CANADIAN ADOPTIVE PARENTS FIGHT FOR EQUAL FAMILY LEAVE BENEFITS

Diane Riggs
September 1, 2008

Friends Hannah and Josie are elated about the prospect of being first-time parents. Both have had a rocky journey toward parenthood, and are looking forward to taking leave from work to welcome and bond with their new children. Under Canada's Employment Insurance Act, Hannah and her partner Philip have up to a year of leave to share with their daughter. Josie and Brian, who are adopting a first-grader from foster care, have substantially less time off.

Brian, like many other adoptive parents in Canada, is upset.

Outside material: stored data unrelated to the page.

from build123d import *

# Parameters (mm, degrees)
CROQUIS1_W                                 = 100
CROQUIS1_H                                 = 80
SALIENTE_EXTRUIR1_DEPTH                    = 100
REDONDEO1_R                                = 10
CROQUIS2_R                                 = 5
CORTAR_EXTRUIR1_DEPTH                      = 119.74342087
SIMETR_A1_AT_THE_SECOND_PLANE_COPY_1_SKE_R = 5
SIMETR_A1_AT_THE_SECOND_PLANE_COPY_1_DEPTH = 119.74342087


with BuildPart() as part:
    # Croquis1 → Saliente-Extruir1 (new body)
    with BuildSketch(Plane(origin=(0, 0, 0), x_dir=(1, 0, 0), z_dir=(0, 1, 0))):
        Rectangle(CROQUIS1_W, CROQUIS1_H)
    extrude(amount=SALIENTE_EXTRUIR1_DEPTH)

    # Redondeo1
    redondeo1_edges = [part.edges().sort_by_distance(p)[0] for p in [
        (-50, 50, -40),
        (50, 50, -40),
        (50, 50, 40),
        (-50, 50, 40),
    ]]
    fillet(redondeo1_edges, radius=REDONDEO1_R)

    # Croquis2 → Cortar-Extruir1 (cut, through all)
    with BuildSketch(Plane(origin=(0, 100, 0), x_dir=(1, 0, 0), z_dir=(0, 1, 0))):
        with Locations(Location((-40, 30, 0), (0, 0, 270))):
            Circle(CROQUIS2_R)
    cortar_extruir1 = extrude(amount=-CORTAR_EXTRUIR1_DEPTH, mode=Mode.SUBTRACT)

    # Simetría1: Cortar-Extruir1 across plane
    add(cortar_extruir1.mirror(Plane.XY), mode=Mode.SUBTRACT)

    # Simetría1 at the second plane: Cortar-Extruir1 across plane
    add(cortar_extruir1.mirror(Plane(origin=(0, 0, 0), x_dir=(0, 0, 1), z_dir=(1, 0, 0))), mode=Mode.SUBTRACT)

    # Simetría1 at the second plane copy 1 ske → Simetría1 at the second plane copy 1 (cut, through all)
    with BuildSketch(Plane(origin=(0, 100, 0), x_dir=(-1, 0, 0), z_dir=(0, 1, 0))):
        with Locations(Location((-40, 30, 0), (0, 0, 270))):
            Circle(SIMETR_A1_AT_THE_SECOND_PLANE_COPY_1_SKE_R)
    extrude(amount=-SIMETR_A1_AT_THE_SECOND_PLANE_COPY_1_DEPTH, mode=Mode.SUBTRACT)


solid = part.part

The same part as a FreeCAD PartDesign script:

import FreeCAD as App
import Part
import Sketcher


def edges_at(feature, points):
    """Names of the edges that pass closest to the given points."""
    edges = feature.Shape.Edges
    near = lambda p: min(range(len(edges)), key=lambda i: edges[i].distToShape(Part.Vertex(*p))[0])
    return sorted({f"Edge{near(p) + 1}" for p in points})


def add_polygon(sketch, points):
    """Adds a closed chain of lines whose ends are joined by coincident constraints."""
    first, n = sketch.GeometryCount, len(points)
    for a, b in zip(points, points[1:] + points[:1]):
        sketch.addGeometry(Part.LineSegment(App.Vector(*a, 0), App.Vector(*b, 0)), False)
    for i in range(n):
        sketch.addConstraint(Sketcher.Constraint("Coincident", first + i, 2, first + (i + 1) % n, 1))

doc = App.newDocument("Part")
body = doc.addObject("PartDesign::Body", "Body")

# Sketch on XZ plane
sketch1 = body.newObject("Sketcher::SketchObject", "Sketch")
sketch1.AttachmentSupport = (doc.getObject("XZ_Plane"), [""])
sketch1.MapMode = "FlatFace"
add_polygon(sketch1, [(-50, -40), (-50, 40), (50, 40), (50, -40)])  # lines 0-3
sketch1.addConstraint([
    Sketcher.Constraint("Vertical", 0),
    Sketcher.Constraint("Horizontal", 1),
    Sketcher.Constraint("Vertical", 2),
    Sketcher.Constraint("Horizontal", 3),
    Sketcher.Constraint("Symmetric", 0, 2, 2, 2, -1, 1),
    Sketcher.Constraint("DistanceX", 1, 1, 1, 2, 100.0),
    Sketcher.Constraint("DistanceY", 0, 1, 0, 2, 80.0),
])
pad1 = body.newObject("PartDesign::Pad", "Pad")
pad1.Profile = sketch1
pad1.Length = 100
pad1.Reversed = True
doc.recompute()

fillet = body.newObject("PartDesign::Fillet", "Fillet")
fillet.Base = (pad1, edges_at(pad1, [
    (-50, 50, -40),
    (50, 50, -40),
    (50, 50, 40),
    (-50, 50, 40),
]))
fillet.Radius = 10

# Sketch on XZ plane
sketch2 = body.newObject("Sketcher::SketchObject", "Sketch001")
sketch2.AttachmentSupport = (doc.getObject("XZ_Plane"), [""])
sketch2.MapMode = "FlatFace"
sketch2.AttachmentOffset = App.Placement(App.Vector(0, 0, -100), App.Rotation())
sketch2.addGeometry(Part.Circle(App.Vector(-40, -30, 0), App.Vector(0, 0, 1), 5), False)
sketch2.addConstraint([
    Sketcher.Constraint("Diameter", 0, 10.0),
    Sketcher.Constraint("DistanceX", 0, 3, -1, 1, 40.0),
    Sketcher.Constraint("DistanceY", 0, 3, -1, 1, 30.0),
])
pocket1 = body.newObject("PartDesign::Pocket", "Pocket")
pocket1.Profile = sketch2
pocket1.Type = "ThroughAll"
pocket1.Reversed = True
doc.recompute()

mirrored = body.newObject("PartDesign::Mirrored", "Mirrored")
mirrored.Originals = [pocket1]
mirrored.MirrorPlane = (doc.getObject("XY_Plane"), [""])
body.Tip = mirrored
doc.recompute()

mirrored2 = body.newObject("PartDesign::Mirrored", "Mirrored001")
mirrored2.Originals = [pocket1]
mirrored2.MirrorPlane = (doc.getObject("YZ_Plane"), [""])
body.Tip = mirrored2

# Sketch on XZ plane
sketch3 = body.newObject("Sketcher::SketchObject", "Sketch002")
sketch3.AttachmentSupport = (doc.getObject("XZ_Plane"), [""])
sketch3.MapMode = "FlatFace"
sketch3.AttachmentOffset = App.Placement(App.Vector(0, 0, -100), App.Rotation())
sketch3.addGeometry(Part.Circle(App.Vector(40, 30, 0), App.Vector(0, 0, 1), 5), False)
sketch3.addConstraint([
    Sketcher.Constraint("Diameter", 0, 10.0),
    Sketcher.Constraint("DistanceX", -1, 1, 0, 3, 40.0),
    Sketcher.Constraint("DistanceY", -1, 1, 0, 3, 30.0),
])
pocket2 = body.newObject("PartDesign::Pocket", "Pocket001")
pocket2.Profile = sketch3
pocket2.Type = "ThroughAll"
pocket2.Reversed = True

doc.recompute()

He asserts that, by giving adoptive families 15 fewer weeks of leave than birth families, the government is effectively endorsing a view that adoptive families are somehow second rate. All growing families should be able to enjoy the same level of leave and benefits.

A History of Employment Insurance

Canada's first employment insurance program was created by the legislature in 1940. By 1983, the federal government had introduced an unemployment insurance benefit for birth mothers and adoptive parents. The benefit for both was 15 weeks of paid leave.

After a birth father brought suit claiming that the benefit discriminated against fathers who wanted to spend time with their new children, the law changed again. In 1990, Bill C-21 replaced the 15-week adoptive parent benefit with a 10-week "parental leave" for any parent in a birth or adoptive family. Birth mothers retained their 15-week leave benefit, so birth families effectively gained 10 weeks of leave, while adoptive families—entitled to only the parental leave—lost five.

The amount of leave has increased since then, but the inequality has remained the same. Effective for families whose children were born or placed for adoption by December 31, 2000, provisions of the newest law allow for 35 weeks of parental leave plus 15 weeks of maternity leave for birth mothers. An additional two-week waiting period (during which parents are on leave but awaiting benefits) makes it possible for birth families to spend up to a year at home with each new child born into the family.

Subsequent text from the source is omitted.